What is being asked » When you reach the line in the data below that contains "v29 (50.8,0,114.3)", please start repeating lines exactly, and stop after the line that contains "v35 (-50.8,0,114.3)", repeating nothing else.

── Data to process ──

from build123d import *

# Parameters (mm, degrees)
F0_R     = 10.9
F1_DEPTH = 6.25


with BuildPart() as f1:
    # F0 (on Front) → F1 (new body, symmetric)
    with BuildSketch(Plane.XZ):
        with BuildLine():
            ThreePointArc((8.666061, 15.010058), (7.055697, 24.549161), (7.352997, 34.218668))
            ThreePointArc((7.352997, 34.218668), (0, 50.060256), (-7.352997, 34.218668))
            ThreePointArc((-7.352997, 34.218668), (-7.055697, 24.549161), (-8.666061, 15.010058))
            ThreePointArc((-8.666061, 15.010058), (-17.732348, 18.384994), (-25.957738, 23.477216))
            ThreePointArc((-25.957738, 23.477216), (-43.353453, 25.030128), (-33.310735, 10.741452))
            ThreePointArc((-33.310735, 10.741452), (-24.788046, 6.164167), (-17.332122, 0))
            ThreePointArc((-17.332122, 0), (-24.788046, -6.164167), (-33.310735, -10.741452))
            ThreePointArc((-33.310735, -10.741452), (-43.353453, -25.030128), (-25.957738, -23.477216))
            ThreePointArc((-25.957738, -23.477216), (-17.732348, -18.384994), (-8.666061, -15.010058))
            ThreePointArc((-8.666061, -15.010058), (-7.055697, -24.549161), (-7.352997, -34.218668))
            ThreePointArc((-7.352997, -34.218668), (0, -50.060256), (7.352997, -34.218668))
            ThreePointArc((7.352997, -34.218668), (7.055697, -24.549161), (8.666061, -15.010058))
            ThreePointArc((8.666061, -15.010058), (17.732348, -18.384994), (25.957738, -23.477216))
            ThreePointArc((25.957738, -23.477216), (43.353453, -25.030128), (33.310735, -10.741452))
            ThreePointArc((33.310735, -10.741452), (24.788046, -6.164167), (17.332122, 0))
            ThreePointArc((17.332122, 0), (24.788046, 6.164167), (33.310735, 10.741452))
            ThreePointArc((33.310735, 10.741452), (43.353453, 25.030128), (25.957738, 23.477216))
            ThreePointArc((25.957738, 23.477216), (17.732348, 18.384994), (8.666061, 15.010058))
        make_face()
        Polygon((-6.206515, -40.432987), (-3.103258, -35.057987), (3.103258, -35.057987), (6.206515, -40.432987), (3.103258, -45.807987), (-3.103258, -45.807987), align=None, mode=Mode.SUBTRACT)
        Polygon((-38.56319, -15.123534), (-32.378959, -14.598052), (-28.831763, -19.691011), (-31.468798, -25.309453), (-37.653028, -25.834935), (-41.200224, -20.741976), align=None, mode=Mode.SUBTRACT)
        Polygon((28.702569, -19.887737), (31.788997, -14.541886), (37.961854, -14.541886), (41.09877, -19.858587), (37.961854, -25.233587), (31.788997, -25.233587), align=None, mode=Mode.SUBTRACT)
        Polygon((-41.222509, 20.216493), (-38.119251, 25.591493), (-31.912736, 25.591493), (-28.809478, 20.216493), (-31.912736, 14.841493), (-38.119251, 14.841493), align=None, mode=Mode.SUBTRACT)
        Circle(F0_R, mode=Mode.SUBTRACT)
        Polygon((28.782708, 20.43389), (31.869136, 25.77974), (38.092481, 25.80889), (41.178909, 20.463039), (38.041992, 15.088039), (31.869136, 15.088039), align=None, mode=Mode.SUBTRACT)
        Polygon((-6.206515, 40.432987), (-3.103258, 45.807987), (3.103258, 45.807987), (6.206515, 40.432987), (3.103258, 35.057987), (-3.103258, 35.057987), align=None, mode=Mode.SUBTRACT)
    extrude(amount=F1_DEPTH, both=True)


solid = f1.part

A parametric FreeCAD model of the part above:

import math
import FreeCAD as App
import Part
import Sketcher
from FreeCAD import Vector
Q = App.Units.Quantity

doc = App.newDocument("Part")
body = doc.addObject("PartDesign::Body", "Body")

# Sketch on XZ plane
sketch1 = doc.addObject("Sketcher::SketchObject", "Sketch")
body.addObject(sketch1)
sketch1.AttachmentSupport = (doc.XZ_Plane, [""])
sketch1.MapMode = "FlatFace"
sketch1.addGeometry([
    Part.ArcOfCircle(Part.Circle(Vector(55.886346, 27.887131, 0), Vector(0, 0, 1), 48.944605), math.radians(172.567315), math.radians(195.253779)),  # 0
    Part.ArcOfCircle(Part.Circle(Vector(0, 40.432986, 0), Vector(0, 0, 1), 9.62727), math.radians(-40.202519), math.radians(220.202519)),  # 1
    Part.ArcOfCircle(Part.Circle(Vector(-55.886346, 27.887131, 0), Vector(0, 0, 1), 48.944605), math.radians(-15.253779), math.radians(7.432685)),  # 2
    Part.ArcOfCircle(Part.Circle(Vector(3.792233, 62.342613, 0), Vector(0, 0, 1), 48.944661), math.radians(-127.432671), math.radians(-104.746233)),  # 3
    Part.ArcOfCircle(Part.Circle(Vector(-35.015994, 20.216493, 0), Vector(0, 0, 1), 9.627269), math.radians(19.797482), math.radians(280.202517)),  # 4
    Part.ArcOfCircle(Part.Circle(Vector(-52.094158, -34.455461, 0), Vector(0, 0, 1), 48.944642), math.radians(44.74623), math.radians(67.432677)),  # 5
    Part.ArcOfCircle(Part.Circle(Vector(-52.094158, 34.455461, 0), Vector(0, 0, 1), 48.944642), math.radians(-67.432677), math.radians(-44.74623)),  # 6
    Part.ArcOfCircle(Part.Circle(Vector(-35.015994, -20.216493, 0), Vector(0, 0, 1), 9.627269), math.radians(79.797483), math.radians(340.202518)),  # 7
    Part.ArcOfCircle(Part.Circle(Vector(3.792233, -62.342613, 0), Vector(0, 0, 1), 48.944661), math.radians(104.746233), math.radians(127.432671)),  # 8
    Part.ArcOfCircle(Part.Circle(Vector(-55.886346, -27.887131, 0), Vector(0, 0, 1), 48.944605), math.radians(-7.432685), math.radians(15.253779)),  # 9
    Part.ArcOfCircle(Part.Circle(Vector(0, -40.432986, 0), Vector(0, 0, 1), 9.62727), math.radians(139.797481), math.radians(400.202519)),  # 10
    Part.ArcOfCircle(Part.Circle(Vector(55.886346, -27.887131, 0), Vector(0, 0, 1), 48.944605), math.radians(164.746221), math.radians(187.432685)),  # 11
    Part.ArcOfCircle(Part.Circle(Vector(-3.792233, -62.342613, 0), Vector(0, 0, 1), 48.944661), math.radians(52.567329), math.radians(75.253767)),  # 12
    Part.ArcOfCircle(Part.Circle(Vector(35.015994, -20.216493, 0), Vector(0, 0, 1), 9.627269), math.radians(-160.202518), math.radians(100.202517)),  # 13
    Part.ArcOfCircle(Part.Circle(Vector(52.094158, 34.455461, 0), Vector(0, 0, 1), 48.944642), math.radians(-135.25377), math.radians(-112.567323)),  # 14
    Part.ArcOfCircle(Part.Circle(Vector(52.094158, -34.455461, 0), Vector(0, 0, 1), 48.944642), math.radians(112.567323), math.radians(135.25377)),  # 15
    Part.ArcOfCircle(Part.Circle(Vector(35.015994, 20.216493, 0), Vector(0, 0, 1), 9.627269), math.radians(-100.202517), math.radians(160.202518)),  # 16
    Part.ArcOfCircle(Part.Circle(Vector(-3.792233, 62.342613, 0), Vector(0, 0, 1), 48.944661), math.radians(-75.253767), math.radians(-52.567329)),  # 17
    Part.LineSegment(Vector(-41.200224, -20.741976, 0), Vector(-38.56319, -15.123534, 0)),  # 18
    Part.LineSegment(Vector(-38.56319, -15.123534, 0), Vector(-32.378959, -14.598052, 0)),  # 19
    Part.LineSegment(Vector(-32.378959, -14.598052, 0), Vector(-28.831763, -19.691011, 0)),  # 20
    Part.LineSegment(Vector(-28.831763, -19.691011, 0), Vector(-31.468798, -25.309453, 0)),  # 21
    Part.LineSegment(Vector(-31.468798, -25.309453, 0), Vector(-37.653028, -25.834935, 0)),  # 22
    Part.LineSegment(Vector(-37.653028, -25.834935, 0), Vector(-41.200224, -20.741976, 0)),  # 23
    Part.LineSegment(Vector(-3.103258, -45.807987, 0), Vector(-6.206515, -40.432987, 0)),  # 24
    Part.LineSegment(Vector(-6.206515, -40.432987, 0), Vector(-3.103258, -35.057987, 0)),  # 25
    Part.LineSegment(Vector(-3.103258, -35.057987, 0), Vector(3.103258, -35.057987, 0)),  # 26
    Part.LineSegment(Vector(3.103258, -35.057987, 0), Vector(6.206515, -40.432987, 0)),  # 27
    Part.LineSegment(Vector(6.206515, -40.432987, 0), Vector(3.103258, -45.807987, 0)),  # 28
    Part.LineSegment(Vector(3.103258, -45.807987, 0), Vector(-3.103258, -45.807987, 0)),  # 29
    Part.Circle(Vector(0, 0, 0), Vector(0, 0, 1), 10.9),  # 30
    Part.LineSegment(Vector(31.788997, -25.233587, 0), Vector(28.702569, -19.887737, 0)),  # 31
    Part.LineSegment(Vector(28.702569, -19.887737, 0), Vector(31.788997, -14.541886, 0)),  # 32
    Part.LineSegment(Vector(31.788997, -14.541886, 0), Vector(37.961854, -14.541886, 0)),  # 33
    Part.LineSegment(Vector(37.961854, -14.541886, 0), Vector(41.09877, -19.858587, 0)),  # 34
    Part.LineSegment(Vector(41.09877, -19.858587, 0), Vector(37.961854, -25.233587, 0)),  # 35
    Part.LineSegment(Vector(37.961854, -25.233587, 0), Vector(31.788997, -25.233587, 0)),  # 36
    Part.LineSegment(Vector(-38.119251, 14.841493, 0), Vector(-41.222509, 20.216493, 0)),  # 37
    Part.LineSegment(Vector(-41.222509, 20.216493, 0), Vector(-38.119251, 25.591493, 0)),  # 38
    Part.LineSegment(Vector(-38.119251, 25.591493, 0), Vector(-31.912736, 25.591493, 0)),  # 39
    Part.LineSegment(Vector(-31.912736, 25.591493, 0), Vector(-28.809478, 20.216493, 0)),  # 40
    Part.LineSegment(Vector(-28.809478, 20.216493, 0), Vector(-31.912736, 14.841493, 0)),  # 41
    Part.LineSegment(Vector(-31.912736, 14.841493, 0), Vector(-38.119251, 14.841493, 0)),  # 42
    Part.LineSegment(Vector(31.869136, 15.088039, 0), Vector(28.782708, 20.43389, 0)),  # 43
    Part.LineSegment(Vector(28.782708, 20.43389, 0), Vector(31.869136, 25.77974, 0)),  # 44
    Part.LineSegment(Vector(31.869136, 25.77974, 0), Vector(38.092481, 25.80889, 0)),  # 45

───
── Data to process ──

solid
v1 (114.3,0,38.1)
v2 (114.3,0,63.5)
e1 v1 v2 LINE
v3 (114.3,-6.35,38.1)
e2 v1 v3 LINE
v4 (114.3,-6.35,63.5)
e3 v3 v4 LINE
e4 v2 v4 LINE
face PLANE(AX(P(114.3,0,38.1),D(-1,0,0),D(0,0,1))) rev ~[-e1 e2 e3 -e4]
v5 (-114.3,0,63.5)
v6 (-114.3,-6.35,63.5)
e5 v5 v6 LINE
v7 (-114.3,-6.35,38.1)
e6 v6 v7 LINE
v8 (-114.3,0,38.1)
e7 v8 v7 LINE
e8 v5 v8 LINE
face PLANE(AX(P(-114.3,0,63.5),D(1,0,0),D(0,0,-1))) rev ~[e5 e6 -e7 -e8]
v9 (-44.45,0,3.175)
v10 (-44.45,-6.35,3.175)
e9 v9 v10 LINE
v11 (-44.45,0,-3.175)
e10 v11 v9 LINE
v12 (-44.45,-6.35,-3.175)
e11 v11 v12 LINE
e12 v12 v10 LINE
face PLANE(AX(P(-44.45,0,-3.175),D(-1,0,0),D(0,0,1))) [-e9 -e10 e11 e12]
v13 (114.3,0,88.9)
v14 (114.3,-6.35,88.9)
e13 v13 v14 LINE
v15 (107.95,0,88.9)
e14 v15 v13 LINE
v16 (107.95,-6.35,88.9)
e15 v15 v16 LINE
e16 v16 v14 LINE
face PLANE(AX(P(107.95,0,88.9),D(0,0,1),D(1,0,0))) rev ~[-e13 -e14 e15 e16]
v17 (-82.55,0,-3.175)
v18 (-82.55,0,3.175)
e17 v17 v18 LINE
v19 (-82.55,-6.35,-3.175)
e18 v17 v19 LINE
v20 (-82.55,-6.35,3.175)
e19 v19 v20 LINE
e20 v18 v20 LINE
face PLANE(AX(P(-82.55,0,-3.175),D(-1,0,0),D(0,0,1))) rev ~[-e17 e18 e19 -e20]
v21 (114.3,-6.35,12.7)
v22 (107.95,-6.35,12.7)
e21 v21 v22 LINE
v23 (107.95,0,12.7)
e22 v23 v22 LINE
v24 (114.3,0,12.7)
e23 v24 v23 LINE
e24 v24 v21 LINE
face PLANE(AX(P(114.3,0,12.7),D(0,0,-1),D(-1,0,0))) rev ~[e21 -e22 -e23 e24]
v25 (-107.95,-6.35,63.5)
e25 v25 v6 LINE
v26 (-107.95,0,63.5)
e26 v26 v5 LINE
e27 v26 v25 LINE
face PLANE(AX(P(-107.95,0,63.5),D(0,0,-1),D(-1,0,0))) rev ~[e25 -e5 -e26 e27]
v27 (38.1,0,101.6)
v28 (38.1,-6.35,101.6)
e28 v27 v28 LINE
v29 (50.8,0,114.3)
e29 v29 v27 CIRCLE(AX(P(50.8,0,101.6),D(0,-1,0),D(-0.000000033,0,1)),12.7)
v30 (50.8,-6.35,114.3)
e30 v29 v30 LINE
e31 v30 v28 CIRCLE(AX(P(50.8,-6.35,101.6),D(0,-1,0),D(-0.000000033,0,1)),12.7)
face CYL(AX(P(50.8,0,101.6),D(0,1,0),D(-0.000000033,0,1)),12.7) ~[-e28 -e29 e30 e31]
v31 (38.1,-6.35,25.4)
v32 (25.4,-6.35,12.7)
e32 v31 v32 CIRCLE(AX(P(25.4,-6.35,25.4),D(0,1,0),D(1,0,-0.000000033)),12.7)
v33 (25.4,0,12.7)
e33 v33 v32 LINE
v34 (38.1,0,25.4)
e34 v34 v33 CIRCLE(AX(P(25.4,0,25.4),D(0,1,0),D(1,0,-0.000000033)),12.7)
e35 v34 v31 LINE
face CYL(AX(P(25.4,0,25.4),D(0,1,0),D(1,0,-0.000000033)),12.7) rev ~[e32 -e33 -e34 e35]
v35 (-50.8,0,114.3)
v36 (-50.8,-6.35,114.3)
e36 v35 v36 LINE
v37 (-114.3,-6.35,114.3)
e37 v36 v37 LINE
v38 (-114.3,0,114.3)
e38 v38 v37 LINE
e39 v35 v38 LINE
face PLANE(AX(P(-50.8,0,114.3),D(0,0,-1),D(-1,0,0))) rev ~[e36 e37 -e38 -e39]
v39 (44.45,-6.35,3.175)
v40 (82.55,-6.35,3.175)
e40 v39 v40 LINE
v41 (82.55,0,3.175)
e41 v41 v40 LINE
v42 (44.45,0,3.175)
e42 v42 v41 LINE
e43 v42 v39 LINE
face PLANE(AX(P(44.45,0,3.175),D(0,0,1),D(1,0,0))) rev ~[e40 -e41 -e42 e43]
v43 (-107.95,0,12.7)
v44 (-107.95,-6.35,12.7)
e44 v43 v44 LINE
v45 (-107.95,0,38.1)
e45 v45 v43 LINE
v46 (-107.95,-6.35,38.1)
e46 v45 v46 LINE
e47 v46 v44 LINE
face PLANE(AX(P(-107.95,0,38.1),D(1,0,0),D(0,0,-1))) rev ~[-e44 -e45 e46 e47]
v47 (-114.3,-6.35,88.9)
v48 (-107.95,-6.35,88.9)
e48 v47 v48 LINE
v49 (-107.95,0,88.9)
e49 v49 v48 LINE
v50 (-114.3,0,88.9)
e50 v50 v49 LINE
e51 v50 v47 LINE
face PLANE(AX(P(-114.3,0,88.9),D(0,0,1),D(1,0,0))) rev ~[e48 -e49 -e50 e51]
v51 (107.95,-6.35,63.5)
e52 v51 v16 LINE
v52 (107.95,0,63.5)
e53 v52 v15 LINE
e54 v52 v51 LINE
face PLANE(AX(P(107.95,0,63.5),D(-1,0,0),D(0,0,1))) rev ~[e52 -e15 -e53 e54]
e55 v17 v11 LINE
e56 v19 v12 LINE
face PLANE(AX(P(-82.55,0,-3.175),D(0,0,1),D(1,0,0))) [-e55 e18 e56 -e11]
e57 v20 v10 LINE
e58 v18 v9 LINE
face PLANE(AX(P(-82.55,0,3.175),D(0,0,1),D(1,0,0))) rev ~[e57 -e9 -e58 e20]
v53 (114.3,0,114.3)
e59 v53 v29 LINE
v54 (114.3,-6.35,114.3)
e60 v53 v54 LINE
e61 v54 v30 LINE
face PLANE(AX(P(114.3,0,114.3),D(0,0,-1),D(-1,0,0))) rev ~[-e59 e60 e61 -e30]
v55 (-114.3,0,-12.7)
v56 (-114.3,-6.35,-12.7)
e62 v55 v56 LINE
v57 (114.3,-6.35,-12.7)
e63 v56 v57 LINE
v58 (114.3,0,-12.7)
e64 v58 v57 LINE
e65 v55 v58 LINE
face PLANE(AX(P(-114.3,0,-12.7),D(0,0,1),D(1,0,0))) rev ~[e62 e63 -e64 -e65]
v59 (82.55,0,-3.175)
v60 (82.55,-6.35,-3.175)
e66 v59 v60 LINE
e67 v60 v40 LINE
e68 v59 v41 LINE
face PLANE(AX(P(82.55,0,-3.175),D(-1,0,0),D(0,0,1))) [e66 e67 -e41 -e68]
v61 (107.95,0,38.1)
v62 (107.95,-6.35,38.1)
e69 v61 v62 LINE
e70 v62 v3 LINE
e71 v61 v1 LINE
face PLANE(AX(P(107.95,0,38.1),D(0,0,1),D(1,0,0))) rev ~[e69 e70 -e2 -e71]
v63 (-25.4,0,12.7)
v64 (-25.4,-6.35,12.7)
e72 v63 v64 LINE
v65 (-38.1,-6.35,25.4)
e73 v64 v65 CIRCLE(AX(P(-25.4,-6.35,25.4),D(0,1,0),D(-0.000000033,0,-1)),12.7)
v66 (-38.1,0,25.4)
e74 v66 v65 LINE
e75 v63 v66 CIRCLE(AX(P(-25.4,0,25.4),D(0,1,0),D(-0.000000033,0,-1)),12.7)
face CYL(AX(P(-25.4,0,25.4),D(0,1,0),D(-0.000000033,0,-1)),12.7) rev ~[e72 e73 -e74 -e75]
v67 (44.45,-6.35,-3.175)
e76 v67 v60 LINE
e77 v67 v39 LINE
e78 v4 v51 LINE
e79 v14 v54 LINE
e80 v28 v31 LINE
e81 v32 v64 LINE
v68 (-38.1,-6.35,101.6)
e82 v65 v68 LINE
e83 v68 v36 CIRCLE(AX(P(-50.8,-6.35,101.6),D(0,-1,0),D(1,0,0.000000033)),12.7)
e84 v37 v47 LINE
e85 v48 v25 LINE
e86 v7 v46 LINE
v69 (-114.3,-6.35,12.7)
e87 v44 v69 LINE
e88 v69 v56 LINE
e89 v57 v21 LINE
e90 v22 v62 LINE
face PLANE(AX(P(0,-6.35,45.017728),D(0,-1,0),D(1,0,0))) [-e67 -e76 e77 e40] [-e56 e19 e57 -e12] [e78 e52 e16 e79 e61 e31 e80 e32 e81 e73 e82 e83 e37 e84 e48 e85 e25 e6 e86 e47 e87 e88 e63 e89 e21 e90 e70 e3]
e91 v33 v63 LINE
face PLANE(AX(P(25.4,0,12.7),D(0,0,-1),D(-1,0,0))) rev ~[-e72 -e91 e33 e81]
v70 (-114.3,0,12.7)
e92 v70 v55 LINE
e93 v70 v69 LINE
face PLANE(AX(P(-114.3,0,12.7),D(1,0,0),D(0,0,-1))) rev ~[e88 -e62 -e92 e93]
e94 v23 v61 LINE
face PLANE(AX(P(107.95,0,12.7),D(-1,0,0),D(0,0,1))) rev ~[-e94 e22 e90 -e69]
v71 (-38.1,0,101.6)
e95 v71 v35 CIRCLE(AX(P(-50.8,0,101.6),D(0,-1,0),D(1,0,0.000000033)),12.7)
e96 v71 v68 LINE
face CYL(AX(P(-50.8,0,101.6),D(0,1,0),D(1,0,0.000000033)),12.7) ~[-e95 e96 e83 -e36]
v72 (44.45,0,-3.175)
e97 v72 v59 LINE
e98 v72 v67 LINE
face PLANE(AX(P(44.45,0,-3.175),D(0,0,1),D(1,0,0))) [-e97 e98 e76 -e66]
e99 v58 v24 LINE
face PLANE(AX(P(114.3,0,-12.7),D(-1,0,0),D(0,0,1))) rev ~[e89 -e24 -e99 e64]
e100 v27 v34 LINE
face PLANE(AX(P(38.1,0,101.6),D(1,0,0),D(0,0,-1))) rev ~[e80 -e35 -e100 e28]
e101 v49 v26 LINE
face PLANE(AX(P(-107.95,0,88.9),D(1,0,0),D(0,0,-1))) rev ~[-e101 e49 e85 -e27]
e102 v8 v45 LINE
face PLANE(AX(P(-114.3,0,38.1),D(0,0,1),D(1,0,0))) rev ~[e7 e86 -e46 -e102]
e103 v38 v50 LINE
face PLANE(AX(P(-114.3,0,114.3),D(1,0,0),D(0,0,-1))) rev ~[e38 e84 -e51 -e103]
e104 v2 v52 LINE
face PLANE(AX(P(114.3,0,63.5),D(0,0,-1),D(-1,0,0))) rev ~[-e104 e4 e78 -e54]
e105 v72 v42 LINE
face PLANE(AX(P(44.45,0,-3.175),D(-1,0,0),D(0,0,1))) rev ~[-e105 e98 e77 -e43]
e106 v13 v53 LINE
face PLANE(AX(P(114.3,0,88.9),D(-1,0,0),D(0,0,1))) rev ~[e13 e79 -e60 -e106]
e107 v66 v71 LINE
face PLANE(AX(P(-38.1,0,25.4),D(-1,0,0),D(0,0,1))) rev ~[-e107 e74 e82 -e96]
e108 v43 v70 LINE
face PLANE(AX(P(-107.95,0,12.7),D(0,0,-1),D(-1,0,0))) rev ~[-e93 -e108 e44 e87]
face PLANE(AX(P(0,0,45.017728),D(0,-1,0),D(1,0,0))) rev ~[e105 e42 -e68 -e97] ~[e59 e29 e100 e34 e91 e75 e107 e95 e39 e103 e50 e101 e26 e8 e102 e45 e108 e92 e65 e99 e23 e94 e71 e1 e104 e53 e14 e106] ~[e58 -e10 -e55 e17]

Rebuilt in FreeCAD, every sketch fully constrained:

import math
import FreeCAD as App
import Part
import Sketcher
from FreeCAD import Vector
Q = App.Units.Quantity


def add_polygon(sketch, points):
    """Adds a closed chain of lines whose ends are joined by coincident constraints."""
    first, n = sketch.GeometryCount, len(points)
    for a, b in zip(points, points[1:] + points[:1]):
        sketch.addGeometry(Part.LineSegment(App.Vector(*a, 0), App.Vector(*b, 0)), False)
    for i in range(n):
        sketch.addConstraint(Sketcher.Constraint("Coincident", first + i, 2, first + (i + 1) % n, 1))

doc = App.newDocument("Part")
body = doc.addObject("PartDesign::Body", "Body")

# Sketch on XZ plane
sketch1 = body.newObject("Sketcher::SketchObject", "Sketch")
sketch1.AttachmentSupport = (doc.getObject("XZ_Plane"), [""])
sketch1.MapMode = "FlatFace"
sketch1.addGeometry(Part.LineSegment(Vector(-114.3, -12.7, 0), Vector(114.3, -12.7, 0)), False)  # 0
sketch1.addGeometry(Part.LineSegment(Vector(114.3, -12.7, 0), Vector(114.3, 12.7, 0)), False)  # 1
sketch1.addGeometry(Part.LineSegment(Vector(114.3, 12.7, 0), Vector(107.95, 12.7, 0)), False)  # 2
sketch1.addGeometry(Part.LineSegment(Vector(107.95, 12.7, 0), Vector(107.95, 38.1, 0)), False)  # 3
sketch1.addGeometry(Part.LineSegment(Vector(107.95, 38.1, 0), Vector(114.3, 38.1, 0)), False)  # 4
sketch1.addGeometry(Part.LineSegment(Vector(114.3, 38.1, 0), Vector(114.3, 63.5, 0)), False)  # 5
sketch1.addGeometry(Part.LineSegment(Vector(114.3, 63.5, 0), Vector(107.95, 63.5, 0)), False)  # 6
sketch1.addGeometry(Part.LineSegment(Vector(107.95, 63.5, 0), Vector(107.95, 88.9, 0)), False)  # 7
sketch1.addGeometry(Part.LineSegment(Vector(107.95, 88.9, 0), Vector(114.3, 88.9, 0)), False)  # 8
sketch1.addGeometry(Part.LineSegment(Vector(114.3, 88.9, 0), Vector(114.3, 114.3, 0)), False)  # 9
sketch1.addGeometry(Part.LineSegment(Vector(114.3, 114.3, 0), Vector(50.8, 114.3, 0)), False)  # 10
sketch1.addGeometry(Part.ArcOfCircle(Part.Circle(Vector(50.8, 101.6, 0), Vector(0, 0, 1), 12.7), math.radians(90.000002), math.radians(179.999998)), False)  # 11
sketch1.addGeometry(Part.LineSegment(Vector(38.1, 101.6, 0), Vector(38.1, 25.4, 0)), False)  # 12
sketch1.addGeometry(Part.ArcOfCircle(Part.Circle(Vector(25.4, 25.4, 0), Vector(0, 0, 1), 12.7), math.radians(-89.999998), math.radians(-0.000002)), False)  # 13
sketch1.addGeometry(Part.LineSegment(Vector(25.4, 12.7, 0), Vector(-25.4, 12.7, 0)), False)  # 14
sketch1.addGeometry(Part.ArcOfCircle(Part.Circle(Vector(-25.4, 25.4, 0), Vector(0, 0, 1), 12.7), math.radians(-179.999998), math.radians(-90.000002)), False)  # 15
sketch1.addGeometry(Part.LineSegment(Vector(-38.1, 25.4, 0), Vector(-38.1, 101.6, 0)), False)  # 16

───

Response to the exercise »
v29 (50.8,0,114.3)
e29 v29 v27 CIRCLE(AX(P(50.8,0,101.6),D(0,-1,0),D(-0.000000033,0,1)),12.7)
v30 (50.8,-6.35,114.3)
e30 v29 v30 LINE
e31 v30 v28 CIRCLE(AX(P(50.8,-6.35,101.6),D(0,-1,0),D(-0.000000033,0,1)),12.7)
face CYL(AX(P(50.8,0,101.6),D(0,1,0),D(-0.000000033,0,1)),12.7) ~[-e28 -e29 e30 e31]
v31 (38.1,-6.35,25.4)
v32 (25.4,-6.35,12.7)
e32 v31 v32 CIRCLE(AX(P(25.4,-6.35,25.4),D(0,1,0),D(1,0,-0.000000033)),12.7)
v33 (25.4,0,12.7)
e33 v33 v32 LINE
v34 (38.1,0,25.4)
e34 v34 v33 CIRCLE(AX(P(25.4,0,25.4),D(0,1,0),D(1,0,-0.000000033)),12.7)
e35 v34 v31 LINE
face CYL(AX(P(25.4,0,25.4),D(0,1,0),D(1,0,-0.000000033)),12.7) rev ~[e32 -e33 -e34 e35]
v35 (-50.8,0,114.3)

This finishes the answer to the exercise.